→ RECORDED DATA
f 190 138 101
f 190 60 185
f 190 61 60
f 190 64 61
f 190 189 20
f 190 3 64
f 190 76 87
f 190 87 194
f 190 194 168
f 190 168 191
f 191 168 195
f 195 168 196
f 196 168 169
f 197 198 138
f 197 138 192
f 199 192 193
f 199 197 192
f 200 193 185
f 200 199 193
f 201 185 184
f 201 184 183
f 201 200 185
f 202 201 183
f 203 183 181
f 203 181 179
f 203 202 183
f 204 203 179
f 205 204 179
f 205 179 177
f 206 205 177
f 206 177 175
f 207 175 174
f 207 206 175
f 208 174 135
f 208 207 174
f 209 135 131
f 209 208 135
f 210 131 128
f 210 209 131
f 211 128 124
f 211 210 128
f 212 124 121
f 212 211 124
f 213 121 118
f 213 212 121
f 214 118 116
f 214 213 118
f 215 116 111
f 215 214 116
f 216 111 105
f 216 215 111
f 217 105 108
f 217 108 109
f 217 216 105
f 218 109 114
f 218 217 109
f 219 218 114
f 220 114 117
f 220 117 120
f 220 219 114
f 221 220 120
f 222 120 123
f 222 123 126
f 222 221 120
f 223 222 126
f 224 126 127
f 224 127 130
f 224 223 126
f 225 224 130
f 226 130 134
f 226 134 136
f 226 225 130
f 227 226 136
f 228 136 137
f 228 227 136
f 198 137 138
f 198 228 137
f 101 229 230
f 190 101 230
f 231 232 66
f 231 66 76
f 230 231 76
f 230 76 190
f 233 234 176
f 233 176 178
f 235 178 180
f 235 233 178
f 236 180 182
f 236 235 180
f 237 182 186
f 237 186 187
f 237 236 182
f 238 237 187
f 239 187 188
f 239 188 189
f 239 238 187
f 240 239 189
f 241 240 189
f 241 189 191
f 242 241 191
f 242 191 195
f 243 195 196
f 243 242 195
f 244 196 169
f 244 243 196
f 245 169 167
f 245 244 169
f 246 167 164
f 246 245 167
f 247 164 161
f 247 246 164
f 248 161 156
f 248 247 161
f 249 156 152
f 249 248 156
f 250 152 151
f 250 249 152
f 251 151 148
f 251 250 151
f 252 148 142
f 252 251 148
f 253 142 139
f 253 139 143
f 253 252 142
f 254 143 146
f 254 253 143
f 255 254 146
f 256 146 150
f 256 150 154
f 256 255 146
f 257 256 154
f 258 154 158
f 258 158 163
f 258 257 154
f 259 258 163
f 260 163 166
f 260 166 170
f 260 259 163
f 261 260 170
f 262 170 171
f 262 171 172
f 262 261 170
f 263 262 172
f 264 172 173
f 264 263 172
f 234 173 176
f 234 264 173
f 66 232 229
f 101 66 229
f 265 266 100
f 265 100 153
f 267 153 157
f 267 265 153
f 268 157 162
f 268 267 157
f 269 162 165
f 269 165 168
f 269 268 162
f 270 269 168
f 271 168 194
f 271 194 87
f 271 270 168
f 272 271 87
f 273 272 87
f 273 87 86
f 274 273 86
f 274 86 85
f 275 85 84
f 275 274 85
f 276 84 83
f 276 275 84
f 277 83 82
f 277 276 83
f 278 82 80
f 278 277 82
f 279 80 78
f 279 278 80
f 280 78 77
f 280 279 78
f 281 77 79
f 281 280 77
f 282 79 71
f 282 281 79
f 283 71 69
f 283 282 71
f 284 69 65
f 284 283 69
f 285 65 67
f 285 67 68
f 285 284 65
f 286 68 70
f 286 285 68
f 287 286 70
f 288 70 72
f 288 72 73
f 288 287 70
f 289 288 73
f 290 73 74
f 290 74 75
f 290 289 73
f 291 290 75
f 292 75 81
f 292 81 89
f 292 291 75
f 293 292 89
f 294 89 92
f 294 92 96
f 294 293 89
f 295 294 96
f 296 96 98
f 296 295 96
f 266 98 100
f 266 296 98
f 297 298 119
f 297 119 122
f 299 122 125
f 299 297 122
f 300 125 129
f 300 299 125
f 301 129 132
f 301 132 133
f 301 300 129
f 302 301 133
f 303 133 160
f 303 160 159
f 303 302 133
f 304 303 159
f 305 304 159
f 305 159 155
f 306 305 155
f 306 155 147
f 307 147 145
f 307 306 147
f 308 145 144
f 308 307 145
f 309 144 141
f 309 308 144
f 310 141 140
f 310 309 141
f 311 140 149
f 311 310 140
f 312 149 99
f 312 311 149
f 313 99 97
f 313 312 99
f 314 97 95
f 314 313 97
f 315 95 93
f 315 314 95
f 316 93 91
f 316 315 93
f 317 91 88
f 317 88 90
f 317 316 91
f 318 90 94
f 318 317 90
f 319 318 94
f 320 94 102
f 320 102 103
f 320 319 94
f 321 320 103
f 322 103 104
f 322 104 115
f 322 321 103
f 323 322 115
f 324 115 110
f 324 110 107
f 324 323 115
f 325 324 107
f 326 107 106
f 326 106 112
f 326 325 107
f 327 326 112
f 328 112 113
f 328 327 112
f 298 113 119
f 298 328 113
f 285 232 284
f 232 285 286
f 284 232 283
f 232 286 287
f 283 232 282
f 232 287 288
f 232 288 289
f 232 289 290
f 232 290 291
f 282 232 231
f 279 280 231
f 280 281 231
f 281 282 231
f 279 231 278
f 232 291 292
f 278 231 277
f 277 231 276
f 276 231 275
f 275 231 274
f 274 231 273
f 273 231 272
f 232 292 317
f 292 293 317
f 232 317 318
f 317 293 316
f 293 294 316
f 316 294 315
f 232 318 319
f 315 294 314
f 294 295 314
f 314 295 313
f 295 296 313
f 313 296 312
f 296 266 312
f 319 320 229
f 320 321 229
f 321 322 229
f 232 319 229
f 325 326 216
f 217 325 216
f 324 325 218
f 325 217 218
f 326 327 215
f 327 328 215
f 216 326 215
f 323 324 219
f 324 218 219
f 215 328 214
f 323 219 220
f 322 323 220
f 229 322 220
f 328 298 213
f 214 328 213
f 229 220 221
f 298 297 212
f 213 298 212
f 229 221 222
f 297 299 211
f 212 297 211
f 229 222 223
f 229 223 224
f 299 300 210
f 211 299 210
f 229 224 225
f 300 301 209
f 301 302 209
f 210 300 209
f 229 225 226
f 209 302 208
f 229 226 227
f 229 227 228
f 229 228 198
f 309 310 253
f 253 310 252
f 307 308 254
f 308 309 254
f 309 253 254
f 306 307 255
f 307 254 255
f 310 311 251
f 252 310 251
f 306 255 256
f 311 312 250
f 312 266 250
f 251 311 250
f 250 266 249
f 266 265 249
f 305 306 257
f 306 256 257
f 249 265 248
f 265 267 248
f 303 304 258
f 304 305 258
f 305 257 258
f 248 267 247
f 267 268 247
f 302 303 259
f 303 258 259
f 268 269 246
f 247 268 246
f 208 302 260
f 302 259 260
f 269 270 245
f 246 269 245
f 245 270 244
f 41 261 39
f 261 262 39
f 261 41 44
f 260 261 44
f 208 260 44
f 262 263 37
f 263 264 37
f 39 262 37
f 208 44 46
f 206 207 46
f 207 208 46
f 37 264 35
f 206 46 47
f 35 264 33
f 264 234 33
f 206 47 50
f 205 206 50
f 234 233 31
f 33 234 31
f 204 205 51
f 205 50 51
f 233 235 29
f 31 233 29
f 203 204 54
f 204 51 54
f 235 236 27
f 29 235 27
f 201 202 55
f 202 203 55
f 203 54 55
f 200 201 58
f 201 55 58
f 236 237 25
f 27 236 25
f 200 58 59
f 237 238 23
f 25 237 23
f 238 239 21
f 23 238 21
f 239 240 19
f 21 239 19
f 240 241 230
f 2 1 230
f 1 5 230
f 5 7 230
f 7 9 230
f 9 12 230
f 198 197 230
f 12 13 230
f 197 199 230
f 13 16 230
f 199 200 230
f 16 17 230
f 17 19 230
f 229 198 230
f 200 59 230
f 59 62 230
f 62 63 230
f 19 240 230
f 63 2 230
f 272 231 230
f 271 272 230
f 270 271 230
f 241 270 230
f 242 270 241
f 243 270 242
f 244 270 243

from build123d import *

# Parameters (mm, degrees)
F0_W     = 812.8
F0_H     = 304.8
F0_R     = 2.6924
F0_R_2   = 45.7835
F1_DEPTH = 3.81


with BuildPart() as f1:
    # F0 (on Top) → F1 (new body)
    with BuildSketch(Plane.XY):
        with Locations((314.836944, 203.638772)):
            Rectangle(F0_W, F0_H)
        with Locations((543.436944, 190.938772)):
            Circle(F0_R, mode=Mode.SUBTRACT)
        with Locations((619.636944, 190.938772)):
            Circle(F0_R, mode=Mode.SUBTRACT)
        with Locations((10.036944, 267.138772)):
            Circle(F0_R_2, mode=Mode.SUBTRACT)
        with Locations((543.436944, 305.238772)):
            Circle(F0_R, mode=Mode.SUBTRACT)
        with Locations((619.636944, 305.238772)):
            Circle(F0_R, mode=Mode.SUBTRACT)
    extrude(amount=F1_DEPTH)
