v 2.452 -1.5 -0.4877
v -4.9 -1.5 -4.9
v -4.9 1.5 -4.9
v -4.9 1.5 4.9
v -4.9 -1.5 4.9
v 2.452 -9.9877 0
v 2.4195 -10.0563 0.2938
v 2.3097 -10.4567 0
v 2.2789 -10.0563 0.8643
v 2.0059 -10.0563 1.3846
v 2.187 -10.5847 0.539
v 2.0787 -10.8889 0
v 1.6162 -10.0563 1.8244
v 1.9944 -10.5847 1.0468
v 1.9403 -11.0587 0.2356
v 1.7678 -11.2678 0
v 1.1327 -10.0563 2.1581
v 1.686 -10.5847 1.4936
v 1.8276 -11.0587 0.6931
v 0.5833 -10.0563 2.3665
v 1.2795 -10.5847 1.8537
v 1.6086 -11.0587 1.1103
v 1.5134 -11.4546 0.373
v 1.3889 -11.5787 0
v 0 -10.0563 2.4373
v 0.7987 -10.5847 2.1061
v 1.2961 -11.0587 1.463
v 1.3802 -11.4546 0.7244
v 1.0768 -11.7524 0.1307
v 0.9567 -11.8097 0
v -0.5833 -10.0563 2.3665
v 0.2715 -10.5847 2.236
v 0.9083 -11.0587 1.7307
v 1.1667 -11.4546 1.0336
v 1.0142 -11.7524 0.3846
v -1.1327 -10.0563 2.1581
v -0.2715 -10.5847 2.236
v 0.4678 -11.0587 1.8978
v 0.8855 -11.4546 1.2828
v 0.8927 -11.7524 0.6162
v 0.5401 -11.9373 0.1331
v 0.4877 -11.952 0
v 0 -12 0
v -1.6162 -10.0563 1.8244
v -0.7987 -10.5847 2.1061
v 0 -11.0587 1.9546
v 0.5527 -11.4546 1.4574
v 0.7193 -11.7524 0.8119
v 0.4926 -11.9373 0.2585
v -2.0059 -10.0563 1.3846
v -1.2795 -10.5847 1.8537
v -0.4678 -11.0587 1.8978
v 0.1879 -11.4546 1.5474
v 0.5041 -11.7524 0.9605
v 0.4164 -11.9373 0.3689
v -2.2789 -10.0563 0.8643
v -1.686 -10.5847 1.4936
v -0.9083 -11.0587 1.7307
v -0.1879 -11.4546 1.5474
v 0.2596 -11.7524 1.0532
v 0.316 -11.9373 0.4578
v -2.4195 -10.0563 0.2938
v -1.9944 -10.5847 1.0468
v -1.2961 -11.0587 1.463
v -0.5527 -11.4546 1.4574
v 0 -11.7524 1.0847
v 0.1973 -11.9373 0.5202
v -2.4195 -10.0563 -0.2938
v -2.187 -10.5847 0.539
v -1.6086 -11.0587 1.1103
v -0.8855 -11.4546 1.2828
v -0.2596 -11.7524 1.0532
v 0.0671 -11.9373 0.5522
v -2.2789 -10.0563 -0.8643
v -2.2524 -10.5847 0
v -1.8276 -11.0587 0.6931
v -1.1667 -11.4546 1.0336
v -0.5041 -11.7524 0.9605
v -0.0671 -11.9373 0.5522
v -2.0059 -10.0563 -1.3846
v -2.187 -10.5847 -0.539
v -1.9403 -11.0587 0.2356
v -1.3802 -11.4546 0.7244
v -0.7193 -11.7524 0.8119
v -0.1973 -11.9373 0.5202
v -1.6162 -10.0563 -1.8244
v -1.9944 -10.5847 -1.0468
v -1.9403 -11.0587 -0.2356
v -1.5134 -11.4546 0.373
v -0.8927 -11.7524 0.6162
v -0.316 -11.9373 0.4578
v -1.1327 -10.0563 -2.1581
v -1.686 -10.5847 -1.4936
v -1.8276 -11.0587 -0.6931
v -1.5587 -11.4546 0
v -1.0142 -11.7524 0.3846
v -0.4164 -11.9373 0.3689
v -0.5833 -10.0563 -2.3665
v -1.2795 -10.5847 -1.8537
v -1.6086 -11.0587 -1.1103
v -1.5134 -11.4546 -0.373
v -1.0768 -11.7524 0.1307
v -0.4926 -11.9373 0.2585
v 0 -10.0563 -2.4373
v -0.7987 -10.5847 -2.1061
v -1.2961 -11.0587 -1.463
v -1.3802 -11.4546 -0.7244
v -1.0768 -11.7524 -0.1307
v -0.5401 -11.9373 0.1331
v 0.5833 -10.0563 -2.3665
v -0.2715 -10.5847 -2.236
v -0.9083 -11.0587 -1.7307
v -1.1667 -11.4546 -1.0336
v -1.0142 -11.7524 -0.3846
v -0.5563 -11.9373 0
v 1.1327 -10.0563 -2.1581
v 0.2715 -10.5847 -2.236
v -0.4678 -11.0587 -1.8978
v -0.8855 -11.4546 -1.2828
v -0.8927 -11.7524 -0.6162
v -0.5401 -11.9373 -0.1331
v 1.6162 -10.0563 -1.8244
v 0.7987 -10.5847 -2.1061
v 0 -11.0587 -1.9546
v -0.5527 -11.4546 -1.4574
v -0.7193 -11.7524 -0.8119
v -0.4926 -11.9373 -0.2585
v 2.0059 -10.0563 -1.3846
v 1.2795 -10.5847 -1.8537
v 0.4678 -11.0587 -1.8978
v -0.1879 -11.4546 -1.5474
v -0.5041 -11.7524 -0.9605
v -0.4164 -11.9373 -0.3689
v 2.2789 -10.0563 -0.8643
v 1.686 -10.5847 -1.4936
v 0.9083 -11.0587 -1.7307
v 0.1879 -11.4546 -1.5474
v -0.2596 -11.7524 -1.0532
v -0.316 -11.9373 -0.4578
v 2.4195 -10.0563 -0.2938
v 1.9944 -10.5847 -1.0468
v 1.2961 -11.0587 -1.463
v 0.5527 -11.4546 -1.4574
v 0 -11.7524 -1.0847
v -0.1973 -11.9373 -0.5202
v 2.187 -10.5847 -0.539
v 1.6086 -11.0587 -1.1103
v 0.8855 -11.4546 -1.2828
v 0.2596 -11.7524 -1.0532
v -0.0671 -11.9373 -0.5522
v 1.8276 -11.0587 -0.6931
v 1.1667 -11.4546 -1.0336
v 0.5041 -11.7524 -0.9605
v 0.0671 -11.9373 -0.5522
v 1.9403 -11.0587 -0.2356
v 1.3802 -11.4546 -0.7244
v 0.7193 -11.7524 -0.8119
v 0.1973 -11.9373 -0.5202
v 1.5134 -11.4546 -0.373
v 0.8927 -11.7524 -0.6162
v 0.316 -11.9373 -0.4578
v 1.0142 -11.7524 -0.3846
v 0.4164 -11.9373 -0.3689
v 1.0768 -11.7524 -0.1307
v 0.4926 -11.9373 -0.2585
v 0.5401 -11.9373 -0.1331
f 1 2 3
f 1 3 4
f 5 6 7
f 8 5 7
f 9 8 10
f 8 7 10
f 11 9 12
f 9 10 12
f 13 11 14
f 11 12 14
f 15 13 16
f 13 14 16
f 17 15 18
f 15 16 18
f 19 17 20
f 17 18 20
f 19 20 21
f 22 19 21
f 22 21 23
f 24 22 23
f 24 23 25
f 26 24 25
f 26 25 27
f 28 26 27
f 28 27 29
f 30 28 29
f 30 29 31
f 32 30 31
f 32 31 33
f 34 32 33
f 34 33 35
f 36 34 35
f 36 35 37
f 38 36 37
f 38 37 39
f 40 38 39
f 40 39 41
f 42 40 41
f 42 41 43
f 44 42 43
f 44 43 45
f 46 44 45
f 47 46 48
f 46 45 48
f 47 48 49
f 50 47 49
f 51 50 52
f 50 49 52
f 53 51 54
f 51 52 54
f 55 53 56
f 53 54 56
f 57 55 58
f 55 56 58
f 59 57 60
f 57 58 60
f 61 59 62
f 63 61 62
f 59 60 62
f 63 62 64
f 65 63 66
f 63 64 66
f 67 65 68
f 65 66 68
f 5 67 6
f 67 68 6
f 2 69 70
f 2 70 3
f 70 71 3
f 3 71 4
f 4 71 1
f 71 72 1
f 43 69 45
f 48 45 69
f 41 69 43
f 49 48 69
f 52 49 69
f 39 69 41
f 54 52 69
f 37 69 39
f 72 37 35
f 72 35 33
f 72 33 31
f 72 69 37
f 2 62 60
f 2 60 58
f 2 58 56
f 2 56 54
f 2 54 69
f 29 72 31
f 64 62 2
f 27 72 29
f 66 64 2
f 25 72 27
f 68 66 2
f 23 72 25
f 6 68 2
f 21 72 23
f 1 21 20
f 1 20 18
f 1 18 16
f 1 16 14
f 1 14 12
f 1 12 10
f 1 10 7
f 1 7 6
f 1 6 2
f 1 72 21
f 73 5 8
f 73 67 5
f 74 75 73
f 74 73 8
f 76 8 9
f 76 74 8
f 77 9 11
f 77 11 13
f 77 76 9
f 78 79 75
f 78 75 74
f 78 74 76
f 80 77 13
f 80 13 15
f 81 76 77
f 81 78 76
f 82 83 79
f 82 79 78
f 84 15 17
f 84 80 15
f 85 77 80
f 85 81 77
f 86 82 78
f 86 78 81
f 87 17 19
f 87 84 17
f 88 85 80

→ TASK ITEM
Exact duplication is required for the lines above, from the line that contains "f 232 291 292" to the line that contains "f 215 328 214", inclusive; omit all others.

→ THE COMPLETED TASK
f 232 291 292
f 278 231 277
f 277 231 276
f 276 231 275
f 275 231 274
f 274 231 273
f 273 231 272
f 232 292 317
f 292 293 317
f 232 317 318
f 317 293 316
f 293 294 316
f 316 294 315
f 232 318 319
f 315 294 314
f 294 295 314
f 314 295 313
f 295 296 313
f 313 296 312
f 296 266 312
f 319 320 229
f 320 321 229
f 321 322 229
f 232 319 229
f 325 326 216
f 217 325 216
f 324 325 218
f 325 217 218
f 326 327 215
f 327 328 215
f 216 326 215
f 323 324 219
f 324 218 219
f 215 328 214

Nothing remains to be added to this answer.